# Spotted in Yokohama, Japan



## tom2517 (Oct 1, 2007)

http://img464.imageshack.us/img464/6029/09272007229vj1.jpg
http://img378.imageshack.us/img378/2063/09272007230th4.jpg
http://img471.imageshack.us/img471/6049/09272007231qd1.jpg

[ADMIN EDIT - pics too big]


----------



## joker69 (Mar 13, 2006)

mann i love it. can you bring me one to switzerland? ;-)

thanks for sharing this


----------



## SmigzyGTR (Mar 20, 2006)

Can you reduce the size of the pics please? They wont fit on my monitor LOL


----------



## moleman (Jun 3, 2002)

Good first post.


----------



## DCD (Jun 28, 2001)

Loving the darker shade of silver

Nice post, but I'll move it into the R35 section


----------



## hyrev (Apr 30, 2004)

Very nice, thanks a lot. How far did you follow that transporter?


----------



## 1POET (May 28, 2007)

Yo Bean! Top ones mine...bottom yours!


----------



## Domo-kun (Mar 2, 2007)

1POET said:


> Yo Bean! Top ones mine...bottom yours!


Naah... thyre on their way to Finland, to tests in nordic lappland... Top one mine, bottom for Juhis...

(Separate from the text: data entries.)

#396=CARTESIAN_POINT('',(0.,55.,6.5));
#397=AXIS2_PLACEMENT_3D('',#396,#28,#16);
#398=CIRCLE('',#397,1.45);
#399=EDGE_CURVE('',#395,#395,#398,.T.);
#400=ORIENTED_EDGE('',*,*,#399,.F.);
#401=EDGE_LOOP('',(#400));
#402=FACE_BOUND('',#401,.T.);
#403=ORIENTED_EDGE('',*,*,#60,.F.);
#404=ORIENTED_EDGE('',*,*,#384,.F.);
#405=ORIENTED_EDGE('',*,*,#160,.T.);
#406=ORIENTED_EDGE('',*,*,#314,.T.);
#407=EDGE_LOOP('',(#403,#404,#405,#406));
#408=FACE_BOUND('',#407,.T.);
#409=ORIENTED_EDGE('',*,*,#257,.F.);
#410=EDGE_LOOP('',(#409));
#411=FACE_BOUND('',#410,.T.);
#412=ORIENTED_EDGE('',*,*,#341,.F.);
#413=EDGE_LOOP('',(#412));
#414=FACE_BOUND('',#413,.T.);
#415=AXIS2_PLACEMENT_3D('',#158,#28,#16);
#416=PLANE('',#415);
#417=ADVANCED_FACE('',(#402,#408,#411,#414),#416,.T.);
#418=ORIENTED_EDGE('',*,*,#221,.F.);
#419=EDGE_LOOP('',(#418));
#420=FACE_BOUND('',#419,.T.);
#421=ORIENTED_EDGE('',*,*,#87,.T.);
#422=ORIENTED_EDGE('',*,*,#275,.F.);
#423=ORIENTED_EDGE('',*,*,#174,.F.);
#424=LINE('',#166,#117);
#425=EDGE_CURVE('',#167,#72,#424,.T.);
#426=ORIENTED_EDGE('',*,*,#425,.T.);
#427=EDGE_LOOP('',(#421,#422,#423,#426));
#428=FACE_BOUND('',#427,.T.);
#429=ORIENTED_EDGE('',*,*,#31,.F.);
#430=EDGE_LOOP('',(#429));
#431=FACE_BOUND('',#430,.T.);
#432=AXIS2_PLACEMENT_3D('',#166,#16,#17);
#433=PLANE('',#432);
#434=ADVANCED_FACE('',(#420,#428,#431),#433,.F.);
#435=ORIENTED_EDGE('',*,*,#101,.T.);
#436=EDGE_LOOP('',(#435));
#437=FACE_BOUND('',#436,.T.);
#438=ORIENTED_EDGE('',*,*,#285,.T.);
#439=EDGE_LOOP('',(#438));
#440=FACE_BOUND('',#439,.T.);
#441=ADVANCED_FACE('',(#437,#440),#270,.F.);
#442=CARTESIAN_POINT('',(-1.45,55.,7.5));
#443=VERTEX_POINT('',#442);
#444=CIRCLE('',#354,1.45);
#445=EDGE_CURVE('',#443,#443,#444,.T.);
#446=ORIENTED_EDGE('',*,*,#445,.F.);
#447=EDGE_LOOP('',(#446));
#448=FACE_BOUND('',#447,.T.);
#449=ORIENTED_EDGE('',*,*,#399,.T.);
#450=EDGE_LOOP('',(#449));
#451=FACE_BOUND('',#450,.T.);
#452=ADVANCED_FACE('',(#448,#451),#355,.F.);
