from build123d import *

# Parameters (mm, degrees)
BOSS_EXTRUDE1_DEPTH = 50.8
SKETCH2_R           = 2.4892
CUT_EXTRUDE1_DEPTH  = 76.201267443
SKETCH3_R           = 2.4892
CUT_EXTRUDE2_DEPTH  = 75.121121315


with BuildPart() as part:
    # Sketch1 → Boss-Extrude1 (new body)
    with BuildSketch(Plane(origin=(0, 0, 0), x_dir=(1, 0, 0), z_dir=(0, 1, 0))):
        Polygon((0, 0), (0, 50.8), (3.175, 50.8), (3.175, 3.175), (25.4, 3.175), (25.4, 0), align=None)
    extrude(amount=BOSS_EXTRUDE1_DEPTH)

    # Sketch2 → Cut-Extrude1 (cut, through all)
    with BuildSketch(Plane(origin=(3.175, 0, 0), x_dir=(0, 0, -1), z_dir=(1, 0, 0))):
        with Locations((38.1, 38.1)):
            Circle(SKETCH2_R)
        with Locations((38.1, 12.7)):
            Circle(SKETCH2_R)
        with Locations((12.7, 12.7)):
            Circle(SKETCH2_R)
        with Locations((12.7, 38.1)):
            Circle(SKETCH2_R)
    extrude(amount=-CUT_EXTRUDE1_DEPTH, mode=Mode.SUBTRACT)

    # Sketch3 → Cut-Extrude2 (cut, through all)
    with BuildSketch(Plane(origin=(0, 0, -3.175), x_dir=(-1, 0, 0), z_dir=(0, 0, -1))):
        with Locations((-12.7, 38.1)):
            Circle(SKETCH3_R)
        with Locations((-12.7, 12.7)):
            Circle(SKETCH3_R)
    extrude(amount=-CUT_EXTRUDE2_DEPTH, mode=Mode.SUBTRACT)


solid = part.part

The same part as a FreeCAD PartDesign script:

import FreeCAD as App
import Part
import Sketcher
Q = App.Units.Quantity

doc = App.newDocument("Part")
body = doc.addObject("PartDesign::Body", "Body")

# Sketch on XZ plane
sketch1 = body.newObject("Sketcher::SketchObject", "Sketch")
sketch1.AttachmentSupport = (doc.getObject("XZ_Plane"), [""])
sketch1.MapMode = "FlatFace"
sketch1.addGeometry([
    Part.LineSegment(App.Vector(0, -50.8, 0), App.Vector(0, 0, 0)),  # 0
    Part.LineSegment(App.Vector(0, 0, 0), App.Vector(25.4, 0, 0)),  # 1
    Part.LineSegment(App.Vector(25.4, 0, 0), App.Vector(25.4, -3.2, 0)),  # 2
    Part.LineSegment(App.Vector(25.4, -3.2, 0), App.Vector(3.2, -3.2, 0)),  # 3
    Part.LineSegment(App.Vector(3.2, -3.2, 0), App.Vector(3.2, -50.8, 0)),  # 4
    Part.LineSegment(App.Vector(3.2, -50.8, 0), App.Vector(0, -50.8, 0)),  # 5
], False)
sketch1.addConstraint([
    Sketcher.Constraint("Coincident", 0, 2, 1, 1),
    Sketcher.Constraint("Coincident", 1, 2, 2, 1),
    Sketcher.Constraint("Coincident", 2, 2, 3, 1),
    Sketcher.Constraint("Coincident", 3, 2, 4, 1),
    Sketcher.Constraint("Coincident", 4, 2, 5, 1),
    Sketcher.Constraint("Coincident", 5, 2, 0, 1),
    Sketcher.Constraint("Vertical", 0),
    Sketcher.Constraint("Horizontal", 1),
    Sketcher.Constraint("Vertical", 2),
    Sketcher.Constraint("Horizontal", 3),
    Sketcher.Constraint("Vertical", 4),
    Sketcher.Constraint("Horizontal", 5),
    Sketcher.Constraint("Coincident", 0, 2, -1, 1),
    Sketcher.Constraint("Equal", 5, 2),
    Sketcher.Constraint("DistanceX", 1, 1, 1, 2, Q("1 in")),
    Sketcher.Constraint("DistanceY", 0, 1, 0, 2, Q("2 in")),
    Sketcher.Constraint("DistanceX", 3, 2, 3, 1, Q("0.875 in")),
])
pad1 = body.newObject("PartDesign::Pad", "Pad")
pad1.Profile = sketch1
pad1.Length = Q("2 in")
pad1.Reversed = True

# Sketch on YZ plane
sketch2 = body.newObject("Sketcher::SketchObject", "Sketch001")
sketch2.AttachmentSupport = (doc.getObject("YZ_Plane"), [""])
sketch2.MapMode = "FlatFace"
sketch2.AttachmentOffset = App.Placement(App.Vector(0, 0, 0.125 * 25.4), App.Rotation())
sketch2.addGeometry([
    Part.Circle(App.Vector(38.1, -38.1, 0), App.Vector(0, 0, 1), 2.5),
    Part.Circle(App.Vector(12.7, -38.1, 0), App.Vector(0, 0, 1), 2.5),
    Part.Circle(App.Vector(12.7, -12.7, 0), App.Vector(0, 0, 1), 2.5),
    Part.Circle(App.Vector(38.1, -12.7, 0), App.Vector(0, 0, 1), 2.5),
], False)
sketch2.addConstraint([
    Sketcher.Constraint("Equal", 0, 1),
    Sketcher.Constraint("Equal", 1, 2),
    Sketcher.Constraint("Equal", 2, 3),
    Sketcher.Constraint("Horizontal", 0, 3, 1, 3),
    Sketcher.Constraint("Horizontal", 2, 3, 3, 3),
    Sketcher.Constraint("Vertical", 1, 3, 2, 3),
    Sketcher.Constraint("Vertical", 0, 3, 3, 3),
    Sketcher.Constraint("Diameter", 0, Q("0.196 in")),
    Sketcher.Constraint("DistanceX", 1, 3, 0, 3, Q("1 in")),
    Sketcher.Constraint("DistanceY", 1, 3, 2, 3, Q("1 in")),
    Sketcher.Constraint("DistanceX", -1, 1, 0, 3, Q("1.5 in")),
    Sketcher.Constraint("DistanceY", 0, 3, -1, 1, Q("1.5 in")),
])
pocket1 = body.newObject("PartDesign::Pocket", "Pocket")
pocket1.Profile = sketch2
pocket1.Type = "ThroughAll"

# Sketch on XY plane
sketch3 = body.newObject("Sketcher::SketchObject", "Sketch002")
sketch3.AttachmentSupport = (doc.getObject("XY_Plane"), [""])
sketch3.MapMode = "FlatFace"
sketch3.AttachmentOffset = App.Placement(App.Vector(0, 0, -0.125 * 25.4), App.Rotation())
sketch3.addGeometry([
    Part.Circle(App.Vector(12.7, 38.1, 0), App.Vector(0, 0, 1), 2.5),
    Part.Circle(App.Vector(12.7, 12.7, 0), App.Vector(0, 0, 1), 2.5),
], False)
sketch3.addConstraint([
    Sketcher.Constraint("Equal", 0, 1),
    Sketcher.Constraint("Vertical", 0, 3, 1, 3),
    Sketcher.Constraint("Diameter", 0, Q("0.196 in")),
    Sketcher.Constraint("DistanceY", 1, 3, 0, 3, Q("1 in")),
    Sketcher.Constraint("DistanceX", -1, 1, 0, 3, Q("0.5 in")),
    Sketcher.Constraint("DistanceY", -1, 1, 0, 3, Q("1.5 in")),
])
pocket2 = body.newObject("PartDesign::Pocket", "Pocket001")
pocket2.Profile = sketch3
pocket2.Type = "ThroughAll"
pocket2.Reversed = True

doc.recompute()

Yeah, great first post! :thumbsup:


----------



## GTRJack (Aug 27, 2005)

The brakes looks smaller or is it just me?


----------



## hyrev (Apr 30, 2004)

Here you go:


----------



## Mookistar (Feb 5, 2004)

thanks Hyrev, beat me to it.

looking incredible.


----------



## hyrev (Apr 30, 2004)

Where I live I see nothing but Toyota all day (new ones on transporters).
I will keep my eye out for this though.


----------



## Blow Dog (Sep 4, 2001)

Damn....I'm getting more and more interested you know....


----------



## xaero1 (Feb 9, 2004)

Blow Dog said:


> Damn....I'm getting more and more interested you know....


I was wondering if you might :smokin:


----------



## carterjohn (Jul 27, 2006)

Blow Dog said:


> Damn....I'm getting more and more interested you know....


Its about time you came back to the fold Cem.


----------



## psd1 (May 15, 2004)

1POET said:


> Yo Bean! Top ones mine...bottom yours!


My guess is that these are test mules yea? Doubt you would want one as I'm sure there abused more than a rented donkey.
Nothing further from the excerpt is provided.